I rarely go to movies, maybe once a year. Inception (2010) was an exception largely in part of the fantastic reviews and I'm a DiCaprio fan. However, I was also curious as a psychologist. The movie was about levels of consciousness and memories. Memory formation has been a controversial area of research for decades with implications from the law to abuse to your own memory (check out the TED Talk "The  fiction of memory").

As I reflected on the movie, my mind kept returning to the therapy process. There were many themes in the movie that I experience in the therapy room. Initially I thought my narcissism was kicking in. Is it a bit much to compare working with a patient to a blockbuster mind bender? Set aside the process of inception or extraction. Reflect more on the underlying process of entering someone's mind, circumnavigating their and your own defenses, and uncovering raw, genuine experiences. Read below and you be the judge.

Protection of the subconscious while in a dream state. 

A major theme of therapy is the patient protecting the unconscious. Dom Cobb (DiCaprio) offers a service to Saito (Ken Watanabe) of training his mind to protect its secrets from extractors when in a vulnerable mental state. In Saito's case, the vulnerable state of dreaming.  People protect their emotional world by gaining distance from real feelings by utilizing defense mechanisms such as repression, rationalization, and humor. These mechanisms offer protection from the power of our emotional world. 

Therapy is the process of extracting. Extracting that memory or experience that lies deep within the psyche. An emotional experience that's difficult to reach. In the real world, we present differently than we do in the privacy of our home or a therapy room. We work to maintain our composure in public, counting down the minutes until you can finally be yourself. Our public and private experiences are different levels of consciousness. Therapy is the plot of Inception, gaining the combination to a personal safe.

Entering a mind, when it doesn't want to be entered. Resistance in therapy.

Enter the character of Robert Fischer (Cillian Murphy). Saito has asked Cobb and his associates to enter Fischer's subconscious. This is mantra the role of psychoanalytically informed therapy; bringing the unconscious to conscious. Freud posited that people have developed simple and complex mechanisms to keep unconscious thoughts, feelings, and experiences from entering consciousness. Freud utilized a number of strategies to bring the unconscious to the conscious including hypnosis, free association...and dreams. 

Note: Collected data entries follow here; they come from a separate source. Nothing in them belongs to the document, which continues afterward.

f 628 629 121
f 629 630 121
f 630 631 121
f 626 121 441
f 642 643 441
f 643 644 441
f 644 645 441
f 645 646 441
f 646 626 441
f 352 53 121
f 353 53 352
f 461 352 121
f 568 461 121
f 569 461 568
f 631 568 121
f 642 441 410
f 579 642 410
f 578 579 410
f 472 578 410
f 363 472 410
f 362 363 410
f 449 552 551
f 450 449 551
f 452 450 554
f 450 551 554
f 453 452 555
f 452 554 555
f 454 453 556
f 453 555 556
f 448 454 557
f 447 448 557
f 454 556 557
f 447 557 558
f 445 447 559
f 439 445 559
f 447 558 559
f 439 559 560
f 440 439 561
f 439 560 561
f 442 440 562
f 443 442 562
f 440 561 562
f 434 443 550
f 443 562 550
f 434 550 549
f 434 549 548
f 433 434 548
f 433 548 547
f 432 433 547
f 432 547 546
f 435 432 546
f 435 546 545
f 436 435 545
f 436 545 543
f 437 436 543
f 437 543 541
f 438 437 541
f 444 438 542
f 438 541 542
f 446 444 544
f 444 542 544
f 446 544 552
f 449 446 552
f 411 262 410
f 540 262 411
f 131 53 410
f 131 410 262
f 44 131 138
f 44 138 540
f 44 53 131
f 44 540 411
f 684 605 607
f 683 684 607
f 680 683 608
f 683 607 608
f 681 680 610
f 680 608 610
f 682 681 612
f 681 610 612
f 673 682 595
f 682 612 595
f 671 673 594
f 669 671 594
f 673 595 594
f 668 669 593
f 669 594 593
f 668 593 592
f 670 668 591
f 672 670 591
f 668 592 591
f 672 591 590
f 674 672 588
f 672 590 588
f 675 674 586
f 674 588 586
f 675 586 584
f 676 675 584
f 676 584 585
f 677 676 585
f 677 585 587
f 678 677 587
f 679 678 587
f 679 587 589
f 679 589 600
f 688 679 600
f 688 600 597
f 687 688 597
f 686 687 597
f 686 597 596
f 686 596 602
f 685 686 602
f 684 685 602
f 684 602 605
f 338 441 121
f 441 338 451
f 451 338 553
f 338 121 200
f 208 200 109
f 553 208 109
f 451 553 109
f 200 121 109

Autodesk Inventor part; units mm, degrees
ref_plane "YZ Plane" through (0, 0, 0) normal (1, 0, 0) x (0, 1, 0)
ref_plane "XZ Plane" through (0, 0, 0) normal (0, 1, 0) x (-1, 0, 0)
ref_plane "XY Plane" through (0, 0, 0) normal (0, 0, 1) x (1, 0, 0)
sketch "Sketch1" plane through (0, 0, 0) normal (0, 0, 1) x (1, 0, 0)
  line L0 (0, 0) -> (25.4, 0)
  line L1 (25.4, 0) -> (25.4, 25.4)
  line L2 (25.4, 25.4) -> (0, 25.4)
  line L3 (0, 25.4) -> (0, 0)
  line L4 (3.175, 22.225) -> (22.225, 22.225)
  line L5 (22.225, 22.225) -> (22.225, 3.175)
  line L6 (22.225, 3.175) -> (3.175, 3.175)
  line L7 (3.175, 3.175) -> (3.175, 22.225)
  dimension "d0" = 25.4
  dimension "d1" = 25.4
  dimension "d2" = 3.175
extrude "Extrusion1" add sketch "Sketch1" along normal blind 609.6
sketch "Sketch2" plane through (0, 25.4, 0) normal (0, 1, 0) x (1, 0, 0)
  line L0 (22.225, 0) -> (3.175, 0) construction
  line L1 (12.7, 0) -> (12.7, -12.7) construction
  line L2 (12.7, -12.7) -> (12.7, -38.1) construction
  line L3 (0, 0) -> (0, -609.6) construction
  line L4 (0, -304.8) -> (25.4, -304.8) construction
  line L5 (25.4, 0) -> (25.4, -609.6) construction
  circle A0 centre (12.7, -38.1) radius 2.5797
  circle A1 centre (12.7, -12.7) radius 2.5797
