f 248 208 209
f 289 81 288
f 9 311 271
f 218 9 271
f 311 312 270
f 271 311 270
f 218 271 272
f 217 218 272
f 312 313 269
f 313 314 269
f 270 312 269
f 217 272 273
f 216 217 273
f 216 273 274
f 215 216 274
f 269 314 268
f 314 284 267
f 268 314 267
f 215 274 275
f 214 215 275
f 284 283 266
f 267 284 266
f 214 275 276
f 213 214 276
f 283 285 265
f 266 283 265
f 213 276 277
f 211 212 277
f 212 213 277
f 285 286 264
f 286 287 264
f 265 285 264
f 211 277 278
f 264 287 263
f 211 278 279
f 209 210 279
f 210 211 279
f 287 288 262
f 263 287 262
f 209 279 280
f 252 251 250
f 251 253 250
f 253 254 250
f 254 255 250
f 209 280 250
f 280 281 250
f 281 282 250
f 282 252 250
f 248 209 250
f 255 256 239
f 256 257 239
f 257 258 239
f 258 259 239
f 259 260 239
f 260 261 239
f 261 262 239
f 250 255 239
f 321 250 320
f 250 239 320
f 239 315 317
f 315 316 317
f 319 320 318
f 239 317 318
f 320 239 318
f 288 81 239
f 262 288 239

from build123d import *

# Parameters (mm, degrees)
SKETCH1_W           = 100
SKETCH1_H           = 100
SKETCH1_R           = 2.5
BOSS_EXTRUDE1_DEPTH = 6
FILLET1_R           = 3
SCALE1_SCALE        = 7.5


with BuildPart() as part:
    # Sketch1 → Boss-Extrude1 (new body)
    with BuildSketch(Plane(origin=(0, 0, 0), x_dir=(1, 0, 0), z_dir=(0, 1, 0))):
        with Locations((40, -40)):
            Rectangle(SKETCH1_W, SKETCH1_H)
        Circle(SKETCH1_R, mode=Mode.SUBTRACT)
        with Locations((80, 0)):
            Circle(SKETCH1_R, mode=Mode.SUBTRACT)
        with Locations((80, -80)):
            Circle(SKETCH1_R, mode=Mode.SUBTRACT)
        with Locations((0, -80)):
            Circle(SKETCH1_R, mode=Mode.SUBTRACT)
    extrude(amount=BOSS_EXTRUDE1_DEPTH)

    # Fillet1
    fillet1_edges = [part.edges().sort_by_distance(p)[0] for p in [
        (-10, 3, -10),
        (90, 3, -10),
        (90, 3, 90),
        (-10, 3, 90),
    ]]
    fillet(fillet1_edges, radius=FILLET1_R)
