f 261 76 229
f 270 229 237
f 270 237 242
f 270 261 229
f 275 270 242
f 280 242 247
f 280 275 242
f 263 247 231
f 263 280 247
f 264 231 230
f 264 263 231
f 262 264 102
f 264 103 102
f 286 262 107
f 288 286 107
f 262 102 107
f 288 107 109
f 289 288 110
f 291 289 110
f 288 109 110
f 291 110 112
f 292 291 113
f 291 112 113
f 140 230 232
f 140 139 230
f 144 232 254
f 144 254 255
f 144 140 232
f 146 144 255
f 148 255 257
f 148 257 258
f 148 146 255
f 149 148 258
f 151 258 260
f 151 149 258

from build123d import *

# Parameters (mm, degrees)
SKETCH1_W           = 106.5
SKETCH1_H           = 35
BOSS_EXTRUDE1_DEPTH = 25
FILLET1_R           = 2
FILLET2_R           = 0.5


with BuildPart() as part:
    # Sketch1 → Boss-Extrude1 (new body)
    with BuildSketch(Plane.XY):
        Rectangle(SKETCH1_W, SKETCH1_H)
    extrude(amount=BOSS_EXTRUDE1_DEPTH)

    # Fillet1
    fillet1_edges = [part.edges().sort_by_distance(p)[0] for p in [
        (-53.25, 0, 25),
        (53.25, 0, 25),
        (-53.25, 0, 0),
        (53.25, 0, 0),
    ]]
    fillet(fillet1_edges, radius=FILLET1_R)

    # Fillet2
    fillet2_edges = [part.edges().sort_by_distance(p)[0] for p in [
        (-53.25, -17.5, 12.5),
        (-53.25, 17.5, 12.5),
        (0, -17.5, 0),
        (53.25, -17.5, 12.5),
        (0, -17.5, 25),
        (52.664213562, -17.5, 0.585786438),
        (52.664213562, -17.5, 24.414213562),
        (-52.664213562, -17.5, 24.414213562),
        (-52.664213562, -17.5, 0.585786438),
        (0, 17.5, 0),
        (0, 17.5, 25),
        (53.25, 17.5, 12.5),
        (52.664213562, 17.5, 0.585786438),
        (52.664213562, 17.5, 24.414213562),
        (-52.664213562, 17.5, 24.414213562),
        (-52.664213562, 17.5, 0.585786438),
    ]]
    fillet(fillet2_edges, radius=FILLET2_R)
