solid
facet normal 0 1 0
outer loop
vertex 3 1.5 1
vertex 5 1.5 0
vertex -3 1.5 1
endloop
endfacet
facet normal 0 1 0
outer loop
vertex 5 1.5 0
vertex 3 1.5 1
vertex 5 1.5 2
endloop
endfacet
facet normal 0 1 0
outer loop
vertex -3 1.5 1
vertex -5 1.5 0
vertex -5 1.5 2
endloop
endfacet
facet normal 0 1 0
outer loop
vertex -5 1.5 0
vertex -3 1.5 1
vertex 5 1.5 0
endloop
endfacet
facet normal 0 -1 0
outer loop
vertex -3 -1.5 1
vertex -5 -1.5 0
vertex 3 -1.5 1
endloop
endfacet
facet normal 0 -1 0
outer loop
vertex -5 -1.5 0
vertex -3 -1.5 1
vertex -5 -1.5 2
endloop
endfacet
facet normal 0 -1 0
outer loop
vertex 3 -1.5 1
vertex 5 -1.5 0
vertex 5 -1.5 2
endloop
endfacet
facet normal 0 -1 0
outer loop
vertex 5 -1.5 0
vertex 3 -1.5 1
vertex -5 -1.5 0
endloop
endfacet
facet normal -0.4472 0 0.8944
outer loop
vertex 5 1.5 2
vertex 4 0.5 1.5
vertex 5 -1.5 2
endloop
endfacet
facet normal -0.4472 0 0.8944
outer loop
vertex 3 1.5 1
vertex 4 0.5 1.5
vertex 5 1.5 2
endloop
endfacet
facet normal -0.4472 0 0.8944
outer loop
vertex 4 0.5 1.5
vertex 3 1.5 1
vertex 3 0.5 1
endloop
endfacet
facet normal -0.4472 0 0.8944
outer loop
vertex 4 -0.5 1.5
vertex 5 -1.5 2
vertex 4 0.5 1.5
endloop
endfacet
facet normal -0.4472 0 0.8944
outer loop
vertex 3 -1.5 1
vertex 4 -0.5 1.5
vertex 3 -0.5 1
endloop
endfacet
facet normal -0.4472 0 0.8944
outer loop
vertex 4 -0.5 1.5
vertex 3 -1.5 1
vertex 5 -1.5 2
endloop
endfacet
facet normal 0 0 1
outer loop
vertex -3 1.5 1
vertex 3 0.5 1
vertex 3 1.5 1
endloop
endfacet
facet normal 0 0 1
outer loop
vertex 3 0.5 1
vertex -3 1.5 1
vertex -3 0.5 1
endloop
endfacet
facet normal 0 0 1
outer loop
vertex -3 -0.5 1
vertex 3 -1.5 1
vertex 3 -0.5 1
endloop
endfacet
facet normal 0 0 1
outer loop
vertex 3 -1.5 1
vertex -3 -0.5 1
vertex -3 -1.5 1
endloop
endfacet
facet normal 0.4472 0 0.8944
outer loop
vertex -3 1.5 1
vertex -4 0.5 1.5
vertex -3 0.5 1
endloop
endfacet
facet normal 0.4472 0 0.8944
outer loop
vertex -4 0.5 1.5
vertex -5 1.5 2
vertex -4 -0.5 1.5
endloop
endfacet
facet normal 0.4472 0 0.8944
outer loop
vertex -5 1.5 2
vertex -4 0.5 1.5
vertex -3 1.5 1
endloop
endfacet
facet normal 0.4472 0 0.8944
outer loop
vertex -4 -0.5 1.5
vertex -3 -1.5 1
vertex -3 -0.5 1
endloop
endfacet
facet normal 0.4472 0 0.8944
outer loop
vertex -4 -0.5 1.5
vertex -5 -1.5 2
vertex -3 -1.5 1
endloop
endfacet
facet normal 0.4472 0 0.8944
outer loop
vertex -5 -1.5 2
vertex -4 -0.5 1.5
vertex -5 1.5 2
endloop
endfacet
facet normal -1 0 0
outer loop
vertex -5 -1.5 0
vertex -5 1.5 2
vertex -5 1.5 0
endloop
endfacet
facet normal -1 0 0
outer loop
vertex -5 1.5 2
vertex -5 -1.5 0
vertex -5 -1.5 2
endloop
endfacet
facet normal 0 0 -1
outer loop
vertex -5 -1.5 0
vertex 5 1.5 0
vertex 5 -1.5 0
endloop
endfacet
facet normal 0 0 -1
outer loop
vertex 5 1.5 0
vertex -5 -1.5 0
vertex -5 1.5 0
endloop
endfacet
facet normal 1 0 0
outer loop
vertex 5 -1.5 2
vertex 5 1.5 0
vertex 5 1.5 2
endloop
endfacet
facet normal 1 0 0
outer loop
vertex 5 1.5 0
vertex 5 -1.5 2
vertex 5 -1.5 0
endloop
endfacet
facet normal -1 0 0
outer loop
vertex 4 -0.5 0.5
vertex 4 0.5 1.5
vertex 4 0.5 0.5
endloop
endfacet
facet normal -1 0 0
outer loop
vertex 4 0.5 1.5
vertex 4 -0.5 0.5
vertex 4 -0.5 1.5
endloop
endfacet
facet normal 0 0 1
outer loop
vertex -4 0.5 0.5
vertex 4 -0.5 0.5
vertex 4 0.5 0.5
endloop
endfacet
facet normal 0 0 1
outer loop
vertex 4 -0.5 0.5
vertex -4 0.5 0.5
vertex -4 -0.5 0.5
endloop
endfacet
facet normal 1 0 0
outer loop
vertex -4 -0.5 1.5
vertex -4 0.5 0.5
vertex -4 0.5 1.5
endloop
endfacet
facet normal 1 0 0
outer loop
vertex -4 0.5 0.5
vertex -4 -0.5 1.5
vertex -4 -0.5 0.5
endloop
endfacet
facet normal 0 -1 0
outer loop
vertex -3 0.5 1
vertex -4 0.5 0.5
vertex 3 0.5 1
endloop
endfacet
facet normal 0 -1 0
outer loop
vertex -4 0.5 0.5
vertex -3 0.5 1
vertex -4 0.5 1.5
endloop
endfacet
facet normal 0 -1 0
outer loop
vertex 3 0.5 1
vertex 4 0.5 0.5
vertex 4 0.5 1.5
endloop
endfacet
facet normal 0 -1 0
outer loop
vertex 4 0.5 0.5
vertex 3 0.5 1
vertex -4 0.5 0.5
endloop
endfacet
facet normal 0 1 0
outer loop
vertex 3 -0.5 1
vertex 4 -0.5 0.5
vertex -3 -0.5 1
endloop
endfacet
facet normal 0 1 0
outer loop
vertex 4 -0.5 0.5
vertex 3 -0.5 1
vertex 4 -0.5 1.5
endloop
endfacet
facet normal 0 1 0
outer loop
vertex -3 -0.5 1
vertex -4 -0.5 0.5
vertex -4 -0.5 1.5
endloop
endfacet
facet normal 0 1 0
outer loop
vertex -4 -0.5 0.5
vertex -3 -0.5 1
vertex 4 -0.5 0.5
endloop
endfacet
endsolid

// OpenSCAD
/* Card holder constants. */
W_CH = 10;
H_CH = 2;
D_CH = 3;
W_OFFSET_CH = 2;
H_OFFSET_CH = 1;

/* Sink constants */
W_C = 8;
H_C = 2;
D_C = 1;
H_OFFSET_C = 1;

/* The base of the card holder.
*/
module base(w, h, d, wo, ho) {
    points = [
        [0, 0],
        [w, 0],
        [0, h],
        [w, h],
        [wo, ho],
        [w - wo, h - ho],
    ];

    path = [0, 1, 3, 5, 4, 2];

    translate([-w/2, d/2, 0])
    rotate([90, 0, 0])
    linear_extrude(d) {
        polygon(points, [path]);
    }
}

/* The square to remove from the base.
*/
module sink(w, h, d, ho) {
    translate([0, 0, 3/2 * ho])
    cube([w, d, h], center=true);
}


difference() {
    base(W_CH, H_CH, D_CH, W_OFFSET_CH, H_OFFSET_CH);
    sink(W_C, H_C, D_C, H_OFFSET_C);
}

The process of entering deeper into the mind has a sinister feel in the movie. For therapy, the belief is the opposite: if emotions are brought from the unconscious to consciousness, experiences can finally be resolved, leading to psychological relief and growth. During the process of exploring the unconscious, the therapist will regularly encounter resistance in the form of the patient's defense mechanisms. 

Projections are defense mechanisms. 

The projections in the movie are the defense mechanisms that are present in therapy. The role of projections were to block Cobb's team from completing their extraction mission, much like a defense mechanism blocks a therapist or even you from accessing experiences and feelings in the unconscious. 

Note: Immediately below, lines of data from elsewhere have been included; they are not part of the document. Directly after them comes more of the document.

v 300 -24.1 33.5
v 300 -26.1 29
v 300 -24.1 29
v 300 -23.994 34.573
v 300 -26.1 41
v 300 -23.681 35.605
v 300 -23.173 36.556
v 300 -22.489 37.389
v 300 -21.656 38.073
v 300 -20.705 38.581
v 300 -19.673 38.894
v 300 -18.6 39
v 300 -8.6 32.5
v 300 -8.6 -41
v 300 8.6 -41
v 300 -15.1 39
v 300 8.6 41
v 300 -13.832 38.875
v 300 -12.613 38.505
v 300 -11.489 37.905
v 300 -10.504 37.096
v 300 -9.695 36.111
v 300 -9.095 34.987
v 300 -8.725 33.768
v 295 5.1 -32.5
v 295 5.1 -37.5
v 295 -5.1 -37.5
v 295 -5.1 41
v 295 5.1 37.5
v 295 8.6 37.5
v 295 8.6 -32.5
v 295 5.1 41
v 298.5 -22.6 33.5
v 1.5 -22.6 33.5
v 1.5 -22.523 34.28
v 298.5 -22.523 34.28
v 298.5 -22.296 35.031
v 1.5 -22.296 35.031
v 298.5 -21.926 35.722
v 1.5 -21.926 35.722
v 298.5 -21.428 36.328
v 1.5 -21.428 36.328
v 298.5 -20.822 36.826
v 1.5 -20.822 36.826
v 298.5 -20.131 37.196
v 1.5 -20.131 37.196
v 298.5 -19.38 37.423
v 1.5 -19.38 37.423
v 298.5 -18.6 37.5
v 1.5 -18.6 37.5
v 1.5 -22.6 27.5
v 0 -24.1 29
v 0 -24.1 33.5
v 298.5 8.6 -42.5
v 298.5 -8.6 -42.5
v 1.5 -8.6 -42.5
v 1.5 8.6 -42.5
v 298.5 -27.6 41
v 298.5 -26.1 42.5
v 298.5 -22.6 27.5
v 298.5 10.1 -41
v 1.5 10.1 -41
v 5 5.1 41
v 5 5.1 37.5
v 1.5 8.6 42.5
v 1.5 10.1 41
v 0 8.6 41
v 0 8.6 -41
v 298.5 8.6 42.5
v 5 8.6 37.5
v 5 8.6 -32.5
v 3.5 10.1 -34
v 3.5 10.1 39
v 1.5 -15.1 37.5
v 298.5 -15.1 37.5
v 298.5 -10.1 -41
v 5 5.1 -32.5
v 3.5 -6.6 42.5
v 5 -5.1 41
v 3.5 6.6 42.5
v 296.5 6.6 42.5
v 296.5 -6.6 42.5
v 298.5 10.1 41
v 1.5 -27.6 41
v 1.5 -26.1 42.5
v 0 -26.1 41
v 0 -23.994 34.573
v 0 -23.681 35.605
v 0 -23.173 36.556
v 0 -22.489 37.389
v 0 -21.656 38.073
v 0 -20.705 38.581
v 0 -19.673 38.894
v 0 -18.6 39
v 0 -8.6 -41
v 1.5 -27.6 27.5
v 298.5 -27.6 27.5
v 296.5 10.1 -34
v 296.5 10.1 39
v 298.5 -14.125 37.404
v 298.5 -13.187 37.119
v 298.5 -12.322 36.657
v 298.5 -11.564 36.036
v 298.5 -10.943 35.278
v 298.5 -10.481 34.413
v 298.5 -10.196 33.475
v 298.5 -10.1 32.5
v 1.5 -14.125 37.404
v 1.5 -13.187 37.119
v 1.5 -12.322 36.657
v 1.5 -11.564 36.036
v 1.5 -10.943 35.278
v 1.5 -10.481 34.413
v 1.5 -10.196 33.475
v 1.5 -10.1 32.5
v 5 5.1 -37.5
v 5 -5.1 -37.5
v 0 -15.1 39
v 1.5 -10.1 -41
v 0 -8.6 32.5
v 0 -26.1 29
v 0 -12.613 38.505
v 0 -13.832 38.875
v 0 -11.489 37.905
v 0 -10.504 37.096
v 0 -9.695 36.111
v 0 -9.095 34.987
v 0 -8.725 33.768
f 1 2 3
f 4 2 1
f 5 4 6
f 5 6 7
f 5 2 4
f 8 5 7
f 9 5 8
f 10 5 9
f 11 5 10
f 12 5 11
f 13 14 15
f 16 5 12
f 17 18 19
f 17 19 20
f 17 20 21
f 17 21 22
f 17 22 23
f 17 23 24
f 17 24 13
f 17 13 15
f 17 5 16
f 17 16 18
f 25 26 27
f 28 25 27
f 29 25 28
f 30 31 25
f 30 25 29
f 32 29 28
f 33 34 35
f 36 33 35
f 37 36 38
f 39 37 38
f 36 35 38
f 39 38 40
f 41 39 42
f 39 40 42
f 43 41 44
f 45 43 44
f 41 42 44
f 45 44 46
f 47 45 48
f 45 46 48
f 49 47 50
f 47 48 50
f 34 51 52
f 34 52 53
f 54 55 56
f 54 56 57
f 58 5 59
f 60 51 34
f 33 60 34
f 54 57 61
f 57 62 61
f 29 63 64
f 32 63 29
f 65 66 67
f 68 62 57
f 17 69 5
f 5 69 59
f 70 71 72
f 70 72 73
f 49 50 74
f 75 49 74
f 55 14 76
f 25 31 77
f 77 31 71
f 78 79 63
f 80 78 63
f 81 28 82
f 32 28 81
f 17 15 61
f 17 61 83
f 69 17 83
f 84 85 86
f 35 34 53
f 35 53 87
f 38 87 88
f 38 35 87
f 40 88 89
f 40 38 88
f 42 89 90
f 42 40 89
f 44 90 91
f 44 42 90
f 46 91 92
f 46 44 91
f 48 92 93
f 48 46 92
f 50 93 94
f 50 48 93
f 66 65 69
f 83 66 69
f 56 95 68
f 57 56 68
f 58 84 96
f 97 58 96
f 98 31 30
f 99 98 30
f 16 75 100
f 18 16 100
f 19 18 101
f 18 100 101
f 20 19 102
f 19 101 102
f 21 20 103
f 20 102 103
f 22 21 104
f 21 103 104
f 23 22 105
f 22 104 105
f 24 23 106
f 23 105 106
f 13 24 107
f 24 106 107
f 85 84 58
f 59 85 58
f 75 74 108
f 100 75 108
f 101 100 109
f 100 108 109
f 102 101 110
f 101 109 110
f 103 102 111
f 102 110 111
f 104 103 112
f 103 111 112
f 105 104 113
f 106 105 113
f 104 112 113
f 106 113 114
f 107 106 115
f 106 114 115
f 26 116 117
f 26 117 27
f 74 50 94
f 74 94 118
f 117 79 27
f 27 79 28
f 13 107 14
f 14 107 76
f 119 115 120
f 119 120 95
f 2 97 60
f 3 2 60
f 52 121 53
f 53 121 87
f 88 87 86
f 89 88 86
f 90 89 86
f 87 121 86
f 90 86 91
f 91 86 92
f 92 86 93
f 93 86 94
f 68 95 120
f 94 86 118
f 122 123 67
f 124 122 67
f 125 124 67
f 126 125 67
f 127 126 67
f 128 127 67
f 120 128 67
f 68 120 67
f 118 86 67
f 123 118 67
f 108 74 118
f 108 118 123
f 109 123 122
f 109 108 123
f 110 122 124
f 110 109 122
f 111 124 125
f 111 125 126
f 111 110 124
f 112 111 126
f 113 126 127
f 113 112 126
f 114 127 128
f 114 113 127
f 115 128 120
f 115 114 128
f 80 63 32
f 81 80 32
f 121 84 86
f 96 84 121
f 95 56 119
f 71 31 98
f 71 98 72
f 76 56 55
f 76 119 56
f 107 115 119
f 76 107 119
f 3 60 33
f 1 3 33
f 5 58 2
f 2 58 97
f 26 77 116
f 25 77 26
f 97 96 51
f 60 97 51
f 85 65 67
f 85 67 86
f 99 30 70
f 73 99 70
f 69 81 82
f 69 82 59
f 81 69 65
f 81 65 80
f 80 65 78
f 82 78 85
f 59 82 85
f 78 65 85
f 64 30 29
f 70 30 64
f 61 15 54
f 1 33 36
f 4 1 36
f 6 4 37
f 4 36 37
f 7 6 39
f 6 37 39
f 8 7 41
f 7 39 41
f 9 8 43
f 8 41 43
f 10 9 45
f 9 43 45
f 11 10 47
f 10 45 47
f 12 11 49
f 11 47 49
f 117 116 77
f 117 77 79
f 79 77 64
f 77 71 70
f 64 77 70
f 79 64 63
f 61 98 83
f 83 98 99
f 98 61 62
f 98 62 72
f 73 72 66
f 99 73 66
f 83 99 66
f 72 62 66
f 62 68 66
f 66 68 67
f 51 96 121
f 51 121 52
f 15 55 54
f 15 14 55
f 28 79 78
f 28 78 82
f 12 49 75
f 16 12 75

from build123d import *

# Parameters (mm, degrees)
F0_W     = 10.2
F0_H     = 75
F1_DEPTH = 300
F2_W     = 290
F2_H     = 70
F3_DEPTH = 5
F4_W     = 290
F4_H     = 10.2
F5_DEPTH = 80
F6_SIZE  = 1.5


# Not quite as in the source:
# - a feature names something its author has since deleted; it is built from what else it names


with BuildPart() as f1:
    # F0 (on Right) → F1 (new body)
    with BuildSketch(Plane.YZ):
        Polygon((-10.1, -42.5), (10.1, -42.5), (10.1, 42.5), (-27.6, 42.5), (-27.6, 27.5), (-22.6, 27.5), (-22.6, 33.5), (-22.6, 37.5), (-18.6, 37.5), (-15.1, 37.5), (-10.1, 37.5), (-10.1, 32.5), align=None)
        Rectangle(F0_W, F0_H, mode=Mode.SUBTRACT)
        with BuildLine():
            ThreePointArc((-22.6, 33.5), (-21.4284271247, 36.3284271247), (-18.6, 37.5))
            Line((-18.6, 37.5), (-22.6, 37.5))
            Line((-22.6, 37.5), (-22.6, 33.5))
        make_face()
        with BuildLine():
            ThreePointArc((-15.1, 37.5), (-11.5644660941, 36.0355339059), (-10.1, 32.5))
            Line((-10.1, 32.5), (-10.1, 37.5))
            Line((-10.1, 37.5), (-15.1, 37.5))
        make_face()
        Rectangle(F0_W, F0_H)
    extrude(amount=F1_DEPTH)

    # F2 (on face) → F3 (cut)
    with BuildSketch(Plane(origin=(0, 10.1, 0), x_dir=(-1, 0, 0), z_dir=(0, 1, 0))):
        with Locations((-150, 2.5)):
            Rectangle(F2_W, F2_H)
    extrude(amount=-F3_DEPTH, mode=Mode.SUBTRACT)

    # F4 (on face) → F5 (cut)
    with BuildSketch(Plane.XY.offset(42.5)):
        with Locations((150, 0)):
            Rectangle(F4_W, F4_H)
    extrude(amount=-F5_DEPTH, mode=Mode.SUBTRACT)

    # F6
    f6_edges = [f1.edges().sort_by_distance(p)[0] for p in [
        (300, 0, -42.5),
        (300, 10.1, 0),
        (300, -8.75, 42.5),
        (300, -27.6, 35),
        (300, -25.1, 27.5),
        (300, -22.6, 30.5),
        (300, -21.428427, 36.328427),
        (300, -16.85, 37.5),
        (300, -11.564466, 36.035534),
        (300, -10.1, -5),
        (150, 10.1, -42.5),
        (0, 10.1, 0),
        (150, 10.1, 42.5),
        (5, 10.1, 2.5),
        (150, 10.1, -32.5),
        (295, 10.1, 2.5),
        (150, 10.1, 37.5),
        (0, -8.75, 42.5),
        (150, -27.6, 42.5),
        (150, -5.1, 42.5),
        (5, 0, 42.5),
        (150, 5.1, 42.5),
        (295, 0, 42.5),
        (150, -10.1, -42.5),
        (0, 0, -42.5),
        (0, -27.6, 35),
        (0, -25.1, 27.5),
        (0, -22.6, 30.5),
        (0, -21.428427, 36.328427),
        (0, -16.85, 37.5),
        (0, -11.564466, 36.035534),
        (0, -10.1, -5),
    ]]
    chamfer(f6_edges, length=F6_SIZE)


solid = f1.part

To illustrate, let's use a therapy example. A patient conveys a story where a family member forgets the patient's birthday. The patient dismisses the forgetfulness as a non-issue because the family member has a busy life. The patient may then state birthdays are blown out or proportion, and actually express relief that their birthday was forgotten. 

However, at a deeper level the patient may actually feel hurt and disappointed. At an even deeper level, the patient may feel dismissed and unloved by family. The deep, core issue here is feeling dismissed and unloved. However, the rationalization (e.g., busy family member) and intellectualization (e.g., debate of birthday value) of the situation  serves as a defense against the realization of deeper, more profound emotions. 

Kicks represent deeper levels of the mind. 

Each "kick" represented a different level in the dream state, with its own world and sense of time. The same applies to the different levels of consciousness for each person. In the birthday example, each level of consciousness came equipped with it's own defense mechanism as well as a unique sense of time. Just as in the movie, as you move to deeper levels, the laws of time are compromised, and more signals or markings are needed to keep perspective. 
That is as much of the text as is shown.